Book Realistic Decision Theory

Download or read book Realistic Decision Theory written by Paul Weirich and published by Oxford University Press. This book was released on 2004-09-16 with total page 278 pages. Available in PDF, EPUB and Kindle. Book excerpt: Within traditional decision theory, common decision principles -- e.g. the principle to maximize utility -- generally invoke idealization; they govern ideal agents in ideal circumstances. In Realistic Decision Theory, Paul Weirch adds practicality to decision theory by formulating principles applying to nonideal agents in nonideal circumstances, such as real people coping with complex decisions. Bridging the gap between normative demands and psychological resources, Realistic Decision Theory is essential reading for theorists seeking precise normative decision principles that acknowledge the limits and difficulties of human decision-making.

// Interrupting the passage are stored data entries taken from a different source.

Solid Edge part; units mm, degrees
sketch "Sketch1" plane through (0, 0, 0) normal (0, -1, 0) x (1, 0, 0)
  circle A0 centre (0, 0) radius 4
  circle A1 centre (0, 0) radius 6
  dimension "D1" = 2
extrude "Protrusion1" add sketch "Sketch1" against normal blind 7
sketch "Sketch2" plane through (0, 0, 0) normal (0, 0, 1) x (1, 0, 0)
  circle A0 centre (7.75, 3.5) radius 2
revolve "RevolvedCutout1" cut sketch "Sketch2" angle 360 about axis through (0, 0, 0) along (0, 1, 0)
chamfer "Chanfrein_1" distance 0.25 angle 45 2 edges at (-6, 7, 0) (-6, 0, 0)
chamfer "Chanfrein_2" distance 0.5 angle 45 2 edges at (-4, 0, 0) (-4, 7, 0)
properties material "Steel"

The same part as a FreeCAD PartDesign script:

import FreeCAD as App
import Part
import Sketcher
from FreeCAD import Vector
Q = App.Units.Quantity


def edges_at(feature, points):
    """Names of the edges that pass closest to the given points."""
    edges = feature.Shape.Edges
    near = lambda p: min(range(len(edges)), key=lambda i: edges[i].distToShape(Part.Vertex(*p))[0])
    return sorted({f"Edge{near(p) + 1}" for p in points})

doc = App.newDocument("Part")
body = doc.addObject("PartDesign::Body", "Body")

sketch1 = doc.addObject("Sketcher::SketchObject", "Sketch")
body.addObject(sketch1)
sketch1.AttachmentSupport = (doc.XZ_Plane, [""])
sketch1.MapMode = "FlatFace"
sketch1.addGeometry(Part.Circle(Vector(0, 0, 0), Vector(0, 0, 1), 6), False)
sketch1.addGeometry(Part.Circle(Vector(0, 0, 0), Vector(0, 0, 1), 4), False)
sketch1.addConstraint(Sketcher.Constraint("Coincident", 0, 3, -1, 1))
sketch1.addConstraint(Sketcher.Constraint("Coincident", 1, 3, -1, 1))
sketch1.addConstraint(Sketcher.Constraint("Diameter", 0, Q("12 mm")))
sketch1.addConstraint(Sketcher.Constraint("Diameter", 1, Q("8 mm")))
pad1 = doc.addObject("PartDesign::Pad", "Pad")
body.addObject(pad1)
pad1.Profile = sketch1
pad1.Length = 7
pad1.Reversed = True

sketch2 = doc.addObject("Sketcher::SketchObject", "Sketch001")
body.addObject(sketch2)
sketch2.AttachmentSupport = (doc.XY_Plane, [""])
sketch2.MapMode = "FlatFace"
sketch2.addGeometry(Part.Circle(Vector(7.8, 3.5, 0), Vector(0, 0, 1), 2), False)
sketch2.addConstraint(Sketcher.Constraint("Diameter", 0, Q("4 mm")))
sketch2.addConstraint(Sketcher.Constraint("DistanceY", -1, 1, 0, 3, Q("3.5 mm")))
sketch2.addConstraint(Sketcher.Constraint("DistanceX", -1, 1, 0, 3, Q("7.75 mm")))
groove = doc.addObject("PartDesign::Groove", "Groove")
body.addObject(groove)
groove.Profile = sketch2
groove.ReferenceAxis = (sketch2, ["V_Axis"])
groove.Angle = 360
doc.recompute()

chamfer = doc.addObject("PartDesign::Chamfer", "Chamfer")
body.addObject(chamfer)
chamfer.Base = (groove, edges_at(groove, [(-6, 7, 0), (-6, 0, 0)]))
chamfer.Size = 0.25
doc.recompute()

chamfer2 = doc.addObject("PartDesign::Chamfer", "Chamfer001")
body.addObject(chamfer2)
chamfer2.Base = (chamfer, edges_at(chamfer, [(-4, 0, 0), (-4, 7, 0)]))
chamfer2.Size = 0.5

doc.recompute()
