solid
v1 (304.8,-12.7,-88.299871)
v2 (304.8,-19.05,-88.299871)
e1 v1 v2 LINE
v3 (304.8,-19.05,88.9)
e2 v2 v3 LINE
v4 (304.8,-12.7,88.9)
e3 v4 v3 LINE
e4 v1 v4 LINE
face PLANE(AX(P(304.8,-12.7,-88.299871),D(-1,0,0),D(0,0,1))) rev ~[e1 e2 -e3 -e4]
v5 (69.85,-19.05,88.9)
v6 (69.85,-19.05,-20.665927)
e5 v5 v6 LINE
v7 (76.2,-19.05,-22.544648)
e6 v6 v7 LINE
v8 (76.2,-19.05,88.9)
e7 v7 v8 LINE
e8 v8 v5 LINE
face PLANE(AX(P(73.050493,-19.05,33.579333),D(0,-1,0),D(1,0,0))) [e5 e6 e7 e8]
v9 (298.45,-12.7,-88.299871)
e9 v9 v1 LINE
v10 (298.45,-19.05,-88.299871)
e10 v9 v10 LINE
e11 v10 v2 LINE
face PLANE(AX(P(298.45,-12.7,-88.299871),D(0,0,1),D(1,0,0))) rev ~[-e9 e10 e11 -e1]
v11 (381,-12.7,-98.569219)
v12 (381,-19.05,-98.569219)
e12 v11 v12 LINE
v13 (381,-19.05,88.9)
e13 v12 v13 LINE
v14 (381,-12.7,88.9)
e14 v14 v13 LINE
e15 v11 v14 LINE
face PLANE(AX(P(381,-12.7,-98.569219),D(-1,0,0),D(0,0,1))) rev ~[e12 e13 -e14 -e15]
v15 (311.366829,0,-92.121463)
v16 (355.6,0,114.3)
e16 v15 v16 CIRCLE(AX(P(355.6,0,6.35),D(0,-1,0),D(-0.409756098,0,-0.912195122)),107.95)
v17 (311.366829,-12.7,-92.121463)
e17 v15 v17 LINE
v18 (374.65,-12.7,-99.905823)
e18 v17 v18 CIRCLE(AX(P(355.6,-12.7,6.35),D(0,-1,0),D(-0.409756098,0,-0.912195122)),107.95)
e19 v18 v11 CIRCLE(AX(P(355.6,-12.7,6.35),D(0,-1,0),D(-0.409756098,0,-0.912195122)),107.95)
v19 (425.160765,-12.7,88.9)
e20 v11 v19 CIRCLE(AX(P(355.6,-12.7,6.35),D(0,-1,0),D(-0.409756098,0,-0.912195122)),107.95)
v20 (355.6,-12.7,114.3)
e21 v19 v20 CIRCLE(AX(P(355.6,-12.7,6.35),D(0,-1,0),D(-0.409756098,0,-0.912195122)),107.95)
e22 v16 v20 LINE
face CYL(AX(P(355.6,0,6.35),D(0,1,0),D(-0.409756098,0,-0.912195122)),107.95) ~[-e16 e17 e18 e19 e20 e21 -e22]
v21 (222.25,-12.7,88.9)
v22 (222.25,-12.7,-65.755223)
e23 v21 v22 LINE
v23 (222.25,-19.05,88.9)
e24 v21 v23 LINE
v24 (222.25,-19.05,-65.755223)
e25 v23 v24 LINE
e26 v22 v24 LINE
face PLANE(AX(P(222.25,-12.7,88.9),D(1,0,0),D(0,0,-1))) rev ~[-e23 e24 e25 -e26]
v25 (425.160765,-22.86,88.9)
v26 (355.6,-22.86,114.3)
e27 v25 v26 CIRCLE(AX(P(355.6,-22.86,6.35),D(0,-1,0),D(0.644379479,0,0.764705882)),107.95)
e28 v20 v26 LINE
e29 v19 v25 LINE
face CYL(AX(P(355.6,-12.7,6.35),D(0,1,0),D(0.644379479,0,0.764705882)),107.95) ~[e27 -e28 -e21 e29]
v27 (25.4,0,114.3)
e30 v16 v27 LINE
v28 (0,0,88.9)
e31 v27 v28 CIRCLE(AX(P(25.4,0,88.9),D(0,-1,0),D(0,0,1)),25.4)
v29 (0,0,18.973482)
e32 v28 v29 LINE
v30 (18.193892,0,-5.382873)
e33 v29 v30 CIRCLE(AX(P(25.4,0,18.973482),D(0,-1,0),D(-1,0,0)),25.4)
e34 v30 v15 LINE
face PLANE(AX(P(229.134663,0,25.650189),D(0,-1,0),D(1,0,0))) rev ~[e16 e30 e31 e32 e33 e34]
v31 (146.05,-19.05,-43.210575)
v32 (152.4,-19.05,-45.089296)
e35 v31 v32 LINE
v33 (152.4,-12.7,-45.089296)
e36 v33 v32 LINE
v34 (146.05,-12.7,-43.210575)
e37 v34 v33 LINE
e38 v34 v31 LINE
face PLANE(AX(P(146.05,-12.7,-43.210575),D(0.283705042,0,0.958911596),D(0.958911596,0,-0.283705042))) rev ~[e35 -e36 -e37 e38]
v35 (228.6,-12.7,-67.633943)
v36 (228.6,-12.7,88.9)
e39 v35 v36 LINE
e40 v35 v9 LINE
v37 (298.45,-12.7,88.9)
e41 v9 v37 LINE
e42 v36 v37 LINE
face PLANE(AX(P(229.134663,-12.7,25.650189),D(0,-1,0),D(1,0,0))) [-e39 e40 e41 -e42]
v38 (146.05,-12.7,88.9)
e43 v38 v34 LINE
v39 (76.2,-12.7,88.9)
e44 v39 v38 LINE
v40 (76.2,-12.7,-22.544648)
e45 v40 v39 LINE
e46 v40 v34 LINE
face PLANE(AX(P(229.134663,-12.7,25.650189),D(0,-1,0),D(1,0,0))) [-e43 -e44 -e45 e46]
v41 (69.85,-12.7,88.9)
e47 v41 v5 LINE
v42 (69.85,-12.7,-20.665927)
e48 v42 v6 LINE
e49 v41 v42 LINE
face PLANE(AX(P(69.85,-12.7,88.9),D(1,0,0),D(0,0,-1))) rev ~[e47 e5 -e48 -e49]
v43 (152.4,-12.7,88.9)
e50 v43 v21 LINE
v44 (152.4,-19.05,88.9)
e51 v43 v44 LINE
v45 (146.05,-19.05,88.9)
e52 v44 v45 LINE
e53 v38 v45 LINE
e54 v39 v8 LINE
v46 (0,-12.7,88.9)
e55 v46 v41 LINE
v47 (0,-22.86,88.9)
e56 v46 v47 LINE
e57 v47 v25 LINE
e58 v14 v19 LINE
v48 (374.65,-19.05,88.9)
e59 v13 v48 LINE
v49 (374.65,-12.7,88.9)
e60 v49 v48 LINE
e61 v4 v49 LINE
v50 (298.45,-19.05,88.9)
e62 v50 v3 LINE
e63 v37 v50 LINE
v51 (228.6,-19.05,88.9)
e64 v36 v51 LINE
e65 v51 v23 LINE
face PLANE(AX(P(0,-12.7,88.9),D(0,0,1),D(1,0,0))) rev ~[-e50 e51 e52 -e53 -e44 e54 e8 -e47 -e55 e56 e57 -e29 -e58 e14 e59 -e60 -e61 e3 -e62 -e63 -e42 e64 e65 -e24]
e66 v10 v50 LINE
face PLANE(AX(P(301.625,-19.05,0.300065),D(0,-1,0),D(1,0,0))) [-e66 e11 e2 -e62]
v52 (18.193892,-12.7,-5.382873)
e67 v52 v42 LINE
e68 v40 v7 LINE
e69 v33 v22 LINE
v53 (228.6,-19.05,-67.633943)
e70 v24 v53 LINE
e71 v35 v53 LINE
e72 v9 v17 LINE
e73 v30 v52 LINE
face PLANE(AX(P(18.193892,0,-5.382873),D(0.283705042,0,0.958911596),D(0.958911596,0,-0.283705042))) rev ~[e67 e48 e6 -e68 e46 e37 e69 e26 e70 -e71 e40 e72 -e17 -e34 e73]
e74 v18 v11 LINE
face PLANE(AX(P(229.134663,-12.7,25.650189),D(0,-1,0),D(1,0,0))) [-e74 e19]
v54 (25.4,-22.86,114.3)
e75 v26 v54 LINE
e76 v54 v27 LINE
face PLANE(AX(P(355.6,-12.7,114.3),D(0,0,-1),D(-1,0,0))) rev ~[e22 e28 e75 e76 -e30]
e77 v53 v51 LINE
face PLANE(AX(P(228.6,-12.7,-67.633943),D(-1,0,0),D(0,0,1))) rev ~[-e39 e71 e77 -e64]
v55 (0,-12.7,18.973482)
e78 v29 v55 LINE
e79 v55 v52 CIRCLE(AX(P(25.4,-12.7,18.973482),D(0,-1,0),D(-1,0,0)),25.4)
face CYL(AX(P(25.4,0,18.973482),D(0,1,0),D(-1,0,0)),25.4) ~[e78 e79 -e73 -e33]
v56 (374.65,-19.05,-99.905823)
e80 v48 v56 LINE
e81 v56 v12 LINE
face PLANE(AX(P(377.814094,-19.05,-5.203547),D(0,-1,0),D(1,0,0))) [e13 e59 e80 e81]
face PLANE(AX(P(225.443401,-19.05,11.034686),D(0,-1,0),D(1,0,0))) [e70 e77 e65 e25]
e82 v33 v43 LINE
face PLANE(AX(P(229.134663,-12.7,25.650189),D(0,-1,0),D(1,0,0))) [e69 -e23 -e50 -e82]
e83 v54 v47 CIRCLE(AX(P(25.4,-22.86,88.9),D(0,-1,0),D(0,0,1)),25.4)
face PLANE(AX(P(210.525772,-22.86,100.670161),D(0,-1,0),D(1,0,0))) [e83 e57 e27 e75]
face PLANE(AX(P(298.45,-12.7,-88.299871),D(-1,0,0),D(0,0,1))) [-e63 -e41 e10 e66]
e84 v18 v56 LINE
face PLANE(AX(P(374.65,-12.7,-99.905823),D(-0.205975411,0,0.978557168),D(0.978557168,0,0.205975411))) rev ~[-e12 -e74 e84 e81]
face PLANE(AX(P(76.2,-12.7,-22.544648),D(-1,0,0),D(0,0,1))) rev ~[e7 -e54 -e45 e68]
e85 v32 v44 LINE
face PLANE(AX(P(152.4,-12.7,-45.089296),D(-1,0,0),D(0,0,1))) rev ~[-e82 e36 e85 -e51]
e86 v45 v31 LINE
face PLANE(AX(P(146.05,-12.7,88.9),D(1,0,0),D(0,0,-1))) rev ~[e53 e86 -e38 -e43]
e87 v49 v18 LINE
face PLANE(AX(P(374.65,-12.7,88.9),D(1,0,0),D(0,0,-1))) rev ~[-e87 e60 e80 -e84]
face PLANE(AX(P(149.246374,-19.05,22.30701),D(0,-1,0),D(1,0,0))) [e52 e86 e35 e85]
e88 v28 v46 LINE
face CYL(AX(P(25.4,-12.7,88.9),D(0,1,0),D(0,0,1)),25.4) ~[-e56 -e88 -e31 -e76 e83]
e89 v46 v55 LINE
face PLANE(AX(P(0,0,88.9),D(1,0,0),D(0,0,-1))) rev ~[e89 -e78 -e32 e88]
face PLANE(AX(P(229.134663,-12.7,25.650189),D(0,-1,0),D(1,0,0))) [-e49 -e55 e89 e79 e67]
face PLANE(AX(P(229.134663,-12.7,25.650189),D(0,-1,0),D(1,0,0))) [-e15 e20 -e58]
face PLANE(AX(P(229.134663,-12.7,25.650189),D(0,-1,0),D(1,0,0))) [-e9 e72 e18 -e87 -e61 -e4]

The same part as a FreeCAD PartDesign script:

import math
import FreeCAD as App
import Part
import Sketcher
from FreeCAD import Vector
Q = App.Units.Quantity

doc = App.newDocument("Part")
params = doc.addObject("Spreadsheet::Sheet", "Params")
for row, (alias, value) in enumerate([
    ("sketch1_radius", "1 in"),
    ("sketch1_width", "13 in"),
    ("sketch1_radius2", "4.25 in"),
    ("pad1_length", "0.5 in"),
    ("sketch2_radius", "1 in"),
    ("sketch2_width", "13 in"),
    ("sketch2_radius2", "4.25 in"),
    ("pad2_length", "0.4 in"),
    ("sketch3_width", "0.25 in"),
    ("pad3_length", "0.25 in"),
], start=1):
    params.set(f"A{row}", alias)
    params.set(f"B{row}", "=" + value)
    params.setAlias(f"B{row}", alias)

body = doc.addObject("PartDesign::Body", "Body")

# Sketch on XZ plane
sketch1 = body.newObject("Sketcher::SketchObject", "Sketch")
sketch1.AttachmentSupport = (doc.getObject("XZ_Plane"), [""])
sketch1.MapMode = "FlatFace"
sketch1.addGeometry([
    Part.LineSegment(Vector(0, 88.9, 0), Vector(0, 18.973482, 0)),  # 0
    Part.ArcOfCircle(Part.Circle(Vector(25.4, 18.973482, 0), Vector(0, 0, 1), 25.4), math.radians(180), math.radians(253.518542)),  # 1
    Part.LineSegment(Vector(18.193892, -5.382873, 0), Vector(311.366829, -92.121463, 0)),  # 2
    Part.ArcOfCircle(Part.Circle(Vector(355.6, 6.35, 0), Vector(0, 0, 1), 107.95), math.radians(-114.189514), math.radians(90)),  # 3
    Part.LineSegment(Vector(355.6, 114.3, 0), Vector(25.4, 114.3, 0)),  # 4
    Part.ArcOfCircle(Part.Circle(Vector(25.4, 88.9, 0), Vector(0, 0, 1), 25.4), math.radians(90), math.radians(180)),  # 5
], False)
sketch1.addConstraint([
    Sketcher.Constraint("Tangent", 0, 2, 1, 1),
    Sketcher.Constraint("Tangent", 1, 2, 2, 1),
    Sketcher.Constraint("Coincident", 2, 2, 3, 1),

Book Human Liberty and Freedom of Speech

Download or read book Human Liberty and Freedom of Speech written by C. Edwin Baker and published by Oxford University Press, USA. This book was released on 1989 with total page 396 pages. Available in PDF, EPUB and Kindle. Book excerpt: Baker here evaluates the prevalent justifications for freedom of speech and formulates a liberty theory, which he applies to contemporary free speech cases as a means of suggesting possible reforms to free speech doctrine.

Book Freedom from Reality

    Book Details:
  • Author : D. C. Schindler
  • Publisher : University of Notre Dame Pess
  • Release : 2017-12-15
  • ISBN : 0268102643
  • Pages : 532 pages

Download or read book Freedom from Reality written by D. C. Schindler and published by University of Notre Dame Pess. This book was released on 2017-12-15 with total page 532 pages. Available in PDF, EPUB and Kindle. Book excerpt: It is commonly observed that behind many of the political and cultural issues that we face today there are impoverished conceptions of freedom, which, according to D. C. Schindler, we have inherited from the classical liberal tradition without a sufficient awareness of its implications. Freedom from Reality presents a critique of the deceptive and ultimately self-subverting character of the modern notion of freedom, retrieving an alternative view through a new interpretation of the ancient tradition. While many have critiqued the inadequacy of identifying freedom with arbitrary choice, this book seeks to penetrate to the metaphysical roots of the modern conception by going back, through an etymological study, to the original sense of freedom. Schindler begins by uncovering a contradiction in John Locke’s seminal account of human freedom. Rather than dismissing it as a mere “academic” problem, Schindler takes this contradiction as a key to understanding the strange paradoxes that abound in the contemporary values and institutions founded on the modern notion of liberty: the very mechanisms that intend to protect modern freedom render it empty and ineffectual. In this respect, modern liberty is “diabolical”—a word that means, at its roots, that which “drives apart” and so subverts. This is contrasted with the “symbolical” (a “joining-together”), which, he suggests, most basically characterizes the premodern sense of reality. This book will appeal to students and scholars of political philosophy (especially political theorists), philosophers in the continental or historical traditions, and cultural critics with a philosophical bent.